SUPPLIED ENTRIES:
■ ■ ■ ■ ■ ■ ■
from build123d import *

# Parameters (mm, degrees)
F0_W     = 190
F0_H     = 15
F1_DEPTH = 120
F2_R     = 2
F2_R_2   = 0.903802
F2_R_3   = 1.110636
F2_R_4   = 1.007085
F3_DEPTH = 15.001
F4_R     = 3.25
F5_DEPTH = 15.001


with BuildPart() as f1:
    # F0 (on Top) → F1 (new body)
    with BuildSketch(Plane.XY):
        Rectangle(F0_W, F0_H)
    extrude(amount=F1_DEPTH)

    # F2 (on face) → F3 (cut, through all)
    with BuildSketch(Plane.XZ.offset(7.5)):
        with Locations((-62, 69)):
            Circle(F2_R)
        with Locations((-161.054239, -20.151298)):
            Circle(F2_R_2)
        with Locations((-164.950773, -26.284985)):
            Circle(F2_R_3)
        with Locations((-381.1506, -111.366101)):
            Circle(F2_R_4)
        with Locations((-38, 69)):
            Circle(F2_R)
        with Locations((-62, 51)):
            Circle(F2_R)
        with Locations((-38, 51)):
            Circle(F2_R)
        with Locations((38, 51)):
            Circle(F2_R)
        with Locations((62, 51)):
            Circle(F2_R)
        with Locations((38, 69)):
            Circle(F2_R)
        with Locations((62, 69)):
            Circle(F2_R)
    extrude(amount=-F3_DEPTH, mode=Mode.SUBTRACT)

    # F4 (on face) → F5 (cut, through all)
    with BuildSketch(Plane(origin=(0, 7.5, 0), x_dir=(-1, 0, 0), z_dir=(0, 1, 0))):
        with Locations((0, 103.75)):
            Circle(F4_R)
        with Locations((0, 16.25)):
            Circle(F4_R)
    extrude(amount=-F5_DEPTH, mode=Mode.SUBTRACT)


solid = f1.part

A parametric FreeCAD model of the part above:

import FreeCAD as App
import Part
import Sketcher

V = App.Vector
Q = App.Units.Quantity

doc = App.newDocument("Part")
body = doc.addObject("PartDesign::Body", "Body")

sketch1 = body.newObject("Sketcher::SketchObject", "Sketch")
sketch1.AttachmentSupport = (doc.getObject("XY_Plane"), [""])
sketch1.MapMode = "FlatFace"
sketch1.addGeometry([
    Part.LineSegment(V(-95, 7.5, 0), V(-95, -7.5, 0)),
    Part.LineSegment(V(-95, -7.5, 0), V(95, -7.5, 0)),
    Part.LineSegment(V(95, -7.5, 0), V(95, 7.5, 0)),
    Part.LineSegment(V(95, 7.5, 0), V(-95, 7.5, 0)),
], False)
sketch1.addConstraint([
    Sketcher.Constraint("Coincident", 0, 2, 1, 1),
    Sketcher.Constraint("Coincident", 1, 2, 2, 1),
    Sketcher.Constraint("Coincident", 2, 2, 3, 1),
    Sketcher.Constraint("Coincident", 3, 2, 0, 1),
    Sketcher.Constraint("Vertical", 0),
    Sketcher.Constraint("Horizontal", 1),
    Sketcher.Constraint("Vertical", 2),
    Sketcher.Constraint("Horizontal", 3),
    Sketcher.Constraint("Symmetric", 0, 2, 2, 2, -1, 1),
    Sketcher.Constraint("DistanceX", 1, 1, 1, 2, Q("190 mm")),
    Sketcher.Constraint("DistanceY", 0, 2, 0, 1, Q("15 mm")),
])
pad1 = body.newObject("PartDesign::Pad", "Pad")
pad1.Profile = sketch1
pad1.Length = 120

sketch2 = body.newObject("Sketcher::SketchObject", "Sketch001")
sketch2.AttachmentSupport = (doc.getObject("XZ_Plane"), [""])
sketch2.MapMode = "FlatFace"
sketch2.AttachmentOffset = App.Placement(V(0, 0, 7.5), App.Rotation())
sketch2.addGeometry([
    Part.Circle(V(-62, 69, 0), V(0, 0, 1), 2),
    Part.Circle(V(-161.054239, -20.151298, 0), V(0, 0, 1), 0.903802),
    Part.Circle(V(-164.950773, -26.284985, 0), V(0, 0, 1), 1.110636),
    Part.Circle(V(-381.1506, -111.366101, 0), V(0, 0, 1), 1.007085),
    Part.Circle(V(-38, 69, 0), V(0, 0, 1), 2),
    Part.Circle(V(-62, 51, 0), V(0, 0, 1), 2),
    Part.Circle(V(-38, 51, 0), V(0, 0, 1), 2),
    Part.Circle(V(38, 51, 0), V(0, 0, 1), 2),
    Part.Circle(V(62, 51, 0), V(0, 0, 1), 2),
    Part.Circle(V(38, 69, 0), V(0, 0, 1), 2),
    Part.Circle(V(62, 69, 0), V(0, 0, 1), 2),
], False)
sketch2.addConstraint([
    Sketcher.Constraint("Equal", 0, 4),
    Sketcher.Constraint("Equal", 4, 5),
    Sketcher.Constraint("Equal", 5, 6),
    Sketcher.Constraint("Equal", 6, 7),
    Sketcher.Constraint("Equal", 7, 8),
    Sketcher.Constraint("Equal", 8, 9),
    Sketcher.Constraint("Equal", 9, 10),
    Sketcher.Constraint("Symmetric", 6, 3, 7, 3, -2),
    Sketcher.Constraint("Symmetric", 5, 3, 8, 3, -2),
    Sketcher.Constraint("Symmetric", 4, 3, 9, 3, -2),
    Sketcher.Constraint("Symmetric", 0, 3, 10, 3, -2),
    Sketcher.Constraint("Horizontal", 0, 3, 4, 3),
    Sketcher.Constraint("Horizontal", 5, 3, 6, 3),
    Sketcher.Constraint("Vertical", 0, 3, 5, 3),
    Sketcher.Constraint("Vertical", 4, 3, 6, 3),
    Sketcher.Constraint("Diameter", 0, Q("4 mm")),
    Sketcher.Constraint("DistanceX", 0, 3, -1, 1, Q("62 mm")),
    Sketcher.Constraint("DistanceY", -1, 1, 0, 3, Q("69 mm")),
    Sketcher.Constraint("DistanceX", 4, 3, -1, 1, Q("38 mm")),
    Sketcher.Constraint("DistanceY", -1, 1, 5, 3, Q("51 mm")),
    Sketcher.Constraint("Diameter", 2, Q("2.221272 mm")),
    Sketcher.Constraint("Diameter", 3, Q("2.01417 mm")),
    Sketcher.Constraint("Diameter", 1, Q("1.807604 mm")),
    Sketcher.Constraint("DistanceY", 1, 3, -1, 1, Q("20.151298 mm")),
    Sketcher.Constraint("DistanceX", 3, 3, -1, 1, Q("381.1506 mm")),
    Sketcher.Constraint("DistanceY", 3, 3, -1, 1, Q("111.366101 mm")),
    Sketcher.Constraint("DistanceX", 1, 3, -1, 1, Q("161.054239 mm")),
    Sketcher.Constraint("DistanceX", 2, 3, -1, 1, Q("164.950773 mm")),
    Sketcher.Constraint("DistanceY", 2, 3, -1, 1, Q("26.284985 mm")),
])
pocket1 = body.newObject("PartDesign::Pocket", "Pocket")
pocket1.Profile = sketch2
pocket1.Type = "ThroughAll"

sketch3 = body.newObject("Sketcher::SketchObject", "Sketch002")
sketch3.AttachmentSupport = (doc.getObject("XZ_Plane"), [""])
sketch3.MapMode = "FlatFace"
sketch3.AttachmentOffset = App.Placement(V(0, 0, -7.5), App.Rotation())
sketch3.addGeometry([
    Part.Circle(V(0, 103.75, 0), V(0, 0, 1), 3.25),
    Part.Circle(V(0, 16.25, 0), V(0, 0, 1), 3.25),
], False)
sketch3.addConstraint([
    Sketcher.Constraint("Equal", 0, 1),
    Sketcher.Constraint("PointOnObject", 0, 3, -2),
    Sketcher.Constraint("PointOnObject", 1, 3, -2),
    Sketcher.Constraint("Diameter", 0, Q("6.5 mm")),
    Sketcher.Constraint("DistanceY", 1, 3, 0, 3, Q("87.5 mm")),
    Sketcher.Constraint("DistanceY", -1, 1, 0, 3, Q("103.75 mm")),
])
pocket2 = body.newObject("PartDesign::Pocket", "Pocket001")
pocket2.Profile = sketch3
pocket2.Type = "ThroughAll"
pocket2.Reversed = True

doc.recompute()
■ ■ ■ ■ ■ ■ ■
TASK DESCRIPTION:
Say how many lines above include "extrude". The number alone is the answer.

EXPECTED ANSWER:
3